Dalam keterangannya, AJI Jakarta mencontohkan tindakan yang dialami wartawan Transmedia Budi Tanjung. Disebutkan, Budi dipukul di bagian kepala. Selain itu, rekaman video di ponsel miliknya juga dihapus oleh anggota Brimob di depan Gereja Kristen Indonesia (GKI), Jalan KH Wahid Hasyim, Jakarta Pusat, Rabu (22/5) dini hari.
Bukan hanya aparat keamanan, AJI juga menyebut massa aksi juga turut melakukan kekerasan terhadap wartawan yang sedang bertugas. Mereka melakukan persekusi dan merampas peralatan kerja seperti kamera, telepon genggam, dan alat perekam.

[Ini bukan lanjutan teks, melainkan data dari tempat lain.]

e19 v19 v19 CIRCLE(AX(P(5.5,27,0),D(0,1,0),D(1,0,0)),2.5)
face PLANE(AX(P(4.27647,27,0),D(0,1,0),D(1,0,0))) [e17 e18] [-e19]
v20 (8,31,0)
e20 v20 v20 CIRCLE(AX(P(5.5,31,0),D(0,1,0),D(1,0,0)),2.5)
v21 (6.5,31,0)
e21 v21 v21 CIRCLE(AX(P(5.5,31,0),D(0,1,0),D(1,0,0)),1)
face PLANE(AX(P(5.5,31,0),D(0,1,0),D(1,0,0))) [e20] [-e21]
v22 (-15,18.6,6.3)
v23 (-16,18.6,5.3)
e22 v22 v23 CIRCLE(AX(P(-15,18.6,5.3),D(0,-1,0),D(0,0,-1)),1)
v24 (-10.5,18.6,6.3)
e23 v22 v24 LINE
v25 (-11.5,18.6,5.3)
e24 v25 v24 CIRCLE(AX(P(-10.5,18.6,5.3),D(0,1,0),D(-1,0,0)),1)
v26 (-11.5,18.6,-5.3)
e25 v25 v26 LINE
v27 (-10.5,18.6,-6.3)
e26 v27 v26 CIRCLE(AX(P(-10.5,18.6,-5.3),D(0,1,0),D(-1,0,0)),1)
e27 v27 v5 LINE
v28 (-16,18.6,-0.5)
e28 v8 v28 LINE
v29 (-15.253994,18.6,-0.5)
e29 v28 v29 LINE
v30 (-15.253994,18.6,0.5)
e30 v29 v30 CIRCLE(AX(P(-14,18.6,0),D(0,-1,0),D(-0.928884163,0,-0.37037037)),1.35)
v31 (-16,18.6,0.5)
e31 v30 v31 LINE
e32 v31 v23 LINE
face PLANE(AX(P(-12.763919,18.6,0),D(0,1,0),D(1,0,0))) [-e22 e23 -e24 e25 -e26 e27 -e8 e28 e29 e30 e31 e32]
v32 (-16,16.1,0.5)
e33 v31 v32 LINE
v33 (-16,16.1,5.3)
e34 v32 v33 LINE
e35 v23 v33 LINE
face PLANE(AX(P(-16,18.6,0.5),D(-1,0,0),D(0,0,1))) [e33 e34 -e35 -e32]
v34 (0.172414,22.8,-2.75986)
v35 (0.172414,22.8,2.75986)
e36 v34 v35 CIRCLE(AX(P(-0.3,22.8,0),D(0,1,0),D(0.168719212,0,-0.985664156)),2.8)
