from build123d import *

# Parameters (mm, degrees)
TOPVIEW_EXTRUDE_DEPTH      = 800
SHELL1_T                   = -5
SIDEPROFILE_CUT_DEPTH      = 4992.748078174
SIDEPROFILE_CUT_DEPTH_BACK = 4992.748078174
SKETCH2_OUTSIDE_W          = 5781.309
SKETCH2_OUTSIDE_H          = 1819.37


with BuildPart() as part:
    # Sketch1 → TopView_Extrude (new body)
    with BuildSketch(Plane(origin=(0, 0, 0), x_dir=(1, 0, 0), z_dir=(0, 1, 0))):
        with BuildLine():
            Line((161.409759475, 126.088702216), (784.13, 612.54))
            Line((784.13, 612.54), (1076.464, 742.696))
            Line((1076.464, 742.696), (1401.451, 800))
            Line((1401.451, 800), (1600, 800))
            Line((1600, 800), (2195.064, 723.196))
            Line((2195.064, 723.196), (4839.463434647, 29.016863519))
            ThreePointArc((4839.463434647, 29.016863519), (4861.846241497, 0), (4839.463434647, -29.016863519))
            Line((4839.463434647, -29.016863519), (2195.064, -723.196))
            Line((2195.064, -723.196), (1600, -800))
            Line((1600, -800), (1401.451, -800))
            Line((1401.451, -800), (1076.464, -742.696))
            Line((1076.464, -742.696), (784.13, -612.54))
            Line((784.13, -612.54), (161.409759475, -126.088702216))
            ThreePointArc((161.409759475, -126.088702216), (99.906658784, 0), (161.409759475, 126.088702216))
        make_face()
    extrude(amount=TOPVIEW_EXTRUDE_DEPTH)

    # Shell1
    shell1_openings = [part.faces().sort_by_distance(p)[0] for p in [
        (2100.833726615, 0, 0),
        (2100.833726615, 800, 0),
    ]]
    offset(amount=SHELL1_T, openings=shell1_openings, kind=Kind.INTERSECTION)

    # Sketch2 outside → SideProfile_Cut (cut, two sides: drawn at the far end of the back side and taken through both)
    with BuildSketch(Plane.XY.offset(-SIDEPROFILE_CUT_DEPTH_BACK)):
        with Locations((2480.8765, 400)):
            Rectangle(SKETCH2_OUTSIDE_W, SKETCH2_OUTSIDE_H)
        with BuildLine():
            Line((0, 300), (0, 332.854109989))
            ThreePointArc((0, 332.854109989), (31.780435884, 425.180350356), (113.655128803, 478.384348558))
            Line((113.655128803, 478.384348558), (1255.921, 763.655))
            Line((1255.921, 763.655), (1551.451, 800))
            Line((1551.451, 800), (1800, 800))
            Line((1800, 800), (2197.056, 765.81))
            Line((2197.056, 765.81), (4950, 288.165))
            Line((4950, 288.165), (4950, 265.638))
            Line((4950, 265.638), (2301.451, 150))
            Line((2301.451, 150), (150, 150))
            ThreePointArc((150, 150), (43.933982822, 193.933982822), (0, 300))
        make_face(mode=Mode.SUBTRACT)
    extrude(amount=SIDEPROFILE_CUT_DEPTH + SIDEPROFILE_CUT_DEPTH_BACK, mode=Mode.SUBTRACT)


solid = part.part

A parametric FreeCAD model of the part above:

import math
import FreeCAD as App
import Part
import Sketcher
from FreeCAD import Vector
Q = App.Units.Quantity


def faces_at(feature, points):
    """Names of the faces that lie closest to the given points."""
    faces = feature.Shape.Faces
    near = lambda p: min(range(len(faces)), key=lambda i: faces[i].distToShape(Part.Vertex(*p))[0])
    return sorted({f"Face{near(p) + 1}" for p in points})

doc = App.newDocument("Part")
params = doc.addObject("Spreadsheet::Sheet", "Params")
for row, (alias, value) in enumerate([
    ("sketch1_radius", "160 mm"),
    ("sketch1_radius2", "30 mm"),
    ("pad1_length", "800 mm"),
    ("thickness_wall", "5 mm"),
    ("sketch2_radius", "150 mm"),
    ("sketch2_height", "1819.37 mm"),
], start=1):
    params.set(f"A{row}", alias)
    params.set(f"B{row}", "=" + value)
    params.setAlias(f"B{row}", alias)

body = doc.addObject("PartDesign::Body", "Body")

# Sketch on XZ plane
sketch1 = doc.addObject("Sketcher::SketchObject", "Sketch")
body.addObject(sketch1)
sketch1.AttachmentSupport = (doc.XZ_Plane, [""])
sketch1.MapMode = "FlatFace"
sketch1.addGeometry([
    Part.LineSegment(Vector(784, -613, 0), Vector(161, -126, 0)),  # 0
    Part.ArcOfCircle(Part.Circle(Vector(260, 0, 0), Vector(0, 0, 1), 160), math.radians(128), math.radians(232)),  # 1
    Part.LineSegment(Vector(161, 126, 0), Vector(784, 613, 0)),  # 2
    Part.LineSegment(Vector(784, 613, 0), Vector(1076, 743, 0)),  # 3
    Part.LineSegment(Vector(1076, 743, 0), Vector(1401, 800, 0)),  # 4
    Part.LineSegment(Vector(1401, 800, 0), Vector(1600, 800, 0)),  # 5
    Part.LineSegment(Vector(1600, 800, 0), Vector(2195, 723, 0)),  # 6
    Part.LineSegment(Vector(2195, 723, 0), Vector(4839, 29, 0)),  # 7
    Part.ArcOfCircle(Part.Circle(Vector(4832, 0, 0), Vector(0, 0, 1), 30), math.radians(-75), math.radians(75)),  # 8
    Part.LineSegment(Vector(4839, -29, 0), Vector(2195, -723, 0)),  # 9
    Part.LineSegment(Vector(2195, -723, 0), Vector(1600, -800, 0)),  # 10
    Part.LineSegment(Vector(1600, -800, 0), Vector(1401, -800, 0)),  # 11
    Part.LineSegment(Vector(1401, -800, 0), Vector(1076, -743, 0)),  # 12
    Part.LineSegment(Vector(1076, -743, 0), Vector(784, -613, 0)),  # 13
], False)
sketch1.addConstraint([
    Sketcher.Constraint("Tangent", 0, 2, 1, 2),
    Sketcher.Constraint("Tangent", 1, 1, 2, 1),
    Sketcher.Constraint("Coincident", 2, 2, 3, 1),
    Sketcher.Constraint("Coincident", 3, 2, 4, 1),
    Sketcher.Constraint("Coincident", 4, 2, 5, 1),
    Sketcher.Constraint("Coincident", 5, 2, 6, 1),
    Sketcher.Constraint("Coincident", 6, 2, 7, 1),
    Sketcher.Constraint("Tangent", 7, 2, 8, 2),
    Sketcher.Constraint("Tangent", 8, 1, 9, 1),
    Sketcher.Constraint("Coincident", 9, 2, 10, 1),
    Sketcher.Constraint("Coincident", 10, 2, 11, 1),
    Sketcher.Constraint("Coincident", 11, 2, 12, 1),
    Sketcher.Constraint("Coincident", 12, 2, 13, 1),
    Sketcher.Constraint("Coincident", 13, 2, 0, 1),
    Sketcher.Constraint("Horizontal", 5),
    Sketcher.Constraint("Horizontal", 11),
    Sketcher.Constraint("Symmetric", 6, 2, 9, 2, -1),
    Sketcher.Constraint("Symmetric", 5, 2, 10, 2, -1),
    Sketcher.Constraint("Symmetric", 3, 2, 12, 2, -1),
    Sketcher.Constraint("Symmetric", 2, 2, 13, 2, -1),
    Sketcher.Constraint("PointOnObject", 1, 3, -1),
    Sketcher.Constraint("PointOnObject", 8, 3, -1),
    Sketcher.Constraint("Vertical", 4, 2, 11, 2),
    Sketcher.Constraint("Radius", 1, Q("160 mm")),
    Sketcher.Constraint("Radius", 8, Q("30 mm")),
    Sketcher.Constraint("Angle", 4, Q("10.000004 deg")),
    Sketcher.Constraint("DistanceY", -1, 1, 4, 2, Q("800 mm")),
    Sketcher.Constraint("DistanceX", -1, 1, 5, 2, Q("1600 mm")),
    Sketcher.Constraint("DistanceX", 3, 2, 6, 2, Q("1118.6 mm")),
    Sketcher.Constraint("DistanceY", 6, 2, 3, 2, Q("19.5 mm")),
    Sketcher.Constraint("DistanceX", 5, 1, 5, 2, Q("198.549 mm")),
    Sketcher.Constraint("DistanceX", -1, 1, 2, 2, Q("784.13 mm")),
    Sketcher.Constraint("DistanceY", -1, 1, 2, 2, Q("612.54 mm")),
    Sketcher.Constraint("DistanceX", -1, 1, 3, 2, Q("1076.464 mm")),
    Sketcher.Constraint("Distance", 7, Q("2733.995802 mm")),
    Sketcher.Constraint("DistanceX", 0, 2, 1, 3, Q("98.496899 mm")),
])
sketch1.setExpression("Constraints[23]", "Params.sketch1_radius")
sketch1.setExpression("Constraints[24]", "Params.sketch1_radius2")
pad1 = doc.addObject("PartDesign::Pad", "Pad")
body.addObject(pad1)
pad1.Profile = sketch1
pad1.setExpression("Length", "Params.pad1_length")
pad1.Reversed = True
doc.recompute()

thickness = doc.addObject("PartDesign::Thickness", "Thickness")
body.addObject(thickness)
thickness.Base = (pad1, faces_at(pad1, [(2480.876, 0, 0), (2480.876, 800, 0)]))
thickness.setExpression("Value", "Params.thickness_wall")
thickness.Reversed = True
thickness.Join = "Intersection"

# Sketch on XY plane
sketch2 = doc.addObject("Sketcher::SketchObject", "Sketch001")
body.addObject(sketch2)
sketch2.AttachmentSupport = (doc.XY_Plane, [""])
sketch2.MapMode = "FlatFace"
sketch2.addGeometry([
    Part.LineSegment(Vector(-410, 1310, 0), Vector(-410, -510, 0)),  # 0
    Part.LineSegment(Vector(-410, -510, 0), Vector(5372, -510, 0)),  # 1
    Part.LineSegment(Vector(5372, -510, 0), Vector(5372, 1310, 0)),  # 2
    Part.LineSegment(Vector(5372, 1310, 0), Vector(-410, 1310, 0)),  # 3
    Part.ArcOfCircle(Part.Circle(Vector(150, 300, 0), Vector(0, 0, 1), 150), math.radians(180), math.radians(270)),  # 4
    Part.LineSegment(Vector(0, 300, 0), Vector(0, 333, 0)),  # 5
    Part.ArcOfCircle(Part.Circle(Vector(150, 333, 0), Vector(0, 0, 1), 150), math.radians(104), math.radians(180)),  # 6
    Part.LineSegment(Vector(114, 478, 0), Vector(1256, 764, 0)),  # 7
    Part.LineSegment(Vector(1256, 764, 0), Vector(1551, 800, 0)),  # 8
    Part.LineSegment(Vector(1551, 800, 0), Vector(1800, 800, 0)),  # 9
    Part.LineSegment(Vector(1800, 800, 0), Vector(2197, 766, 0)),  # 10
    Part.LineSegment(Vector(2197, 766, 0), Vector(4950, 288, 0)),  # 11
    Part.LineSegment(Vector(4950, 288, 0), Vector(4950, 266, 0)),  # 12
    Part.LineSegment(Vector(4950, 266, 0), Vector(2301, 150, 0)),  # 13
    Part.LineSegment(Vector(2301, 150, 0), Vector(150, 150, 0)),  # 14
], False)
sketch2.addConstraint([
    Sketcher.Constraint("Coincident", 0, 2, 1, 1),
    Sketcher.Constraint("Coincident", 1, 2, 2, 1),
    Sketcher.Constraint("Coincident", 2, 2, 3, 1),
    Sketcher.Constraint("Coincident", 3, 2, 0, 1),
    Sketcher.Constraint("Tangent", 4, 1, 5, 1),
    Sketcher.Constraint("Tangent", 5, 2, 6, 2),
    Sketcher.Constraint("Tangent", 6, 1, 7, 1),
    Sketcher.Constraint("Coincident", 7, 2, 8, 1),
    Sketcher.Constraint("Coincident", 8, 2, 9, 1),
    Sketcher.Constraint("Coincident", 9, 2, 10, 1),
    Sketcher.Constraint("Coincident", 10, 2, 11, 1),
    Sketcher.Constraint("Coincident", 11, 2, 12, 1),
    Sketcher.Constraint("Coincident", 12, 2, 13, 1),
    Sketcher.Constraint("Coincident", 13, 2, 14, 1),
    Sketcher.Constraint("Tangent", 14, 2, 4, 2),
    Sketcher.Constraint("Vertical", 0),
    Sketcher.Constraint("Horizontal", 1),
    Sketcher.Constraint("Vertical", 2),
    Sketcher.Constraint("Horizontal", 3),
    Sketcher.Constraint("Vertical", 5),
    Sketcher.Constraint("Horizontal", 9),
    Sketcher.Constraint("Vertical", 12),
    Sketcher.Constraint("Horizontal", 14),
    Sketcher.Constraint("Equal", 4, 6),
    Sketcher.Constraint("PointOnObject", 4, 1, -2),
    Sketcher.Constraint("Radius", 4, Q("150 mm")),
    Sketcher.Constraint("DistanceY", -1, 1, 4, 3, Q("300 mm")),
    Sketcher.Constraint("DistanceY", -1, 1, 8, 2, Q("800 mm")),
    Sketcher.Constraint("DistanceX", -1, 1, 9, 2, Q("1800 mm")),
    Sketcher.Constraint("DistanceX", -1, 1, 11, 2, Q("4950 mm")),
    Sketcher.Constraint("Angle", 13, Q("-177.500003 deg")),
    Sketcher.Constraint("DistanceX", 8, 2, 13, 2, Q("750 mm")),
    Sketcher.Constraint("DistanceY", 0, 2, 0, 1, Q("1819.37 mm")),
    Sketcher.Constraint("DistanceX", 1, 1, 1, 2, Q("5781.309 mm")),
    Sketcher.Constraint("DistanceX", 9, 1, 9, 2, Q("248.549 mm")),
    Sketcher.Constraint("DistanceY", 12, 2, 12, 1, Q("22.527 mm")),
    Sketcher.Constraint("DistanceY", -1, 1, 10, 2, Q("765.81 mm")),
    Sketcher.Constraint("DistanceX", 7, 2, 8, 2, Q("295.53 mm")),
    Sketcher.Constraint("DistanceY", 1, 2, 11, 2, Q("797.85 mm")),
    Sketcher.Constraint("Distance", 7, Q("1177.348999 mm")),
    Sketcher.Constraint("DistanceX", 0, 2, -1, 1, Q("409.778 mm")),
    Sketcher.Constraint("DistanceY", -1, 1, 7, 2, Q("763.655 mm")),
    Sketcher.Constraint("DistanceX", -1, 1, 10, 2, Q("2197.056 mm")),
])
sketch2.setExpression("Constraints[25]", "Params.sketch2_radius")
sketch2.setExpression("Constraints[32]", "Params.sketch2_height")
pocket1 = doc.addObject("PartDesign::Pocket", "Pocket")
body.addObject(pocket1)
pocket1.Profile = sketch2
pocket1.Type = "ThroughAll"
pocket1.Midplane = True

doc.recompute()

AJI Jakarta, bersama dengan Lembaga Bantuan Hukum (LBH) Pers juga telah menyampaikan kecaman atas kejadian-kejadian tersebut. AJI Jakarta dan LBH Pers juga mendesak aparat keamanan dan masyarakat luas untuk menghormati kemerdekaan pers, tanpa ada intimidasi serta menghalangi kerja wartawan di lapangan. (**)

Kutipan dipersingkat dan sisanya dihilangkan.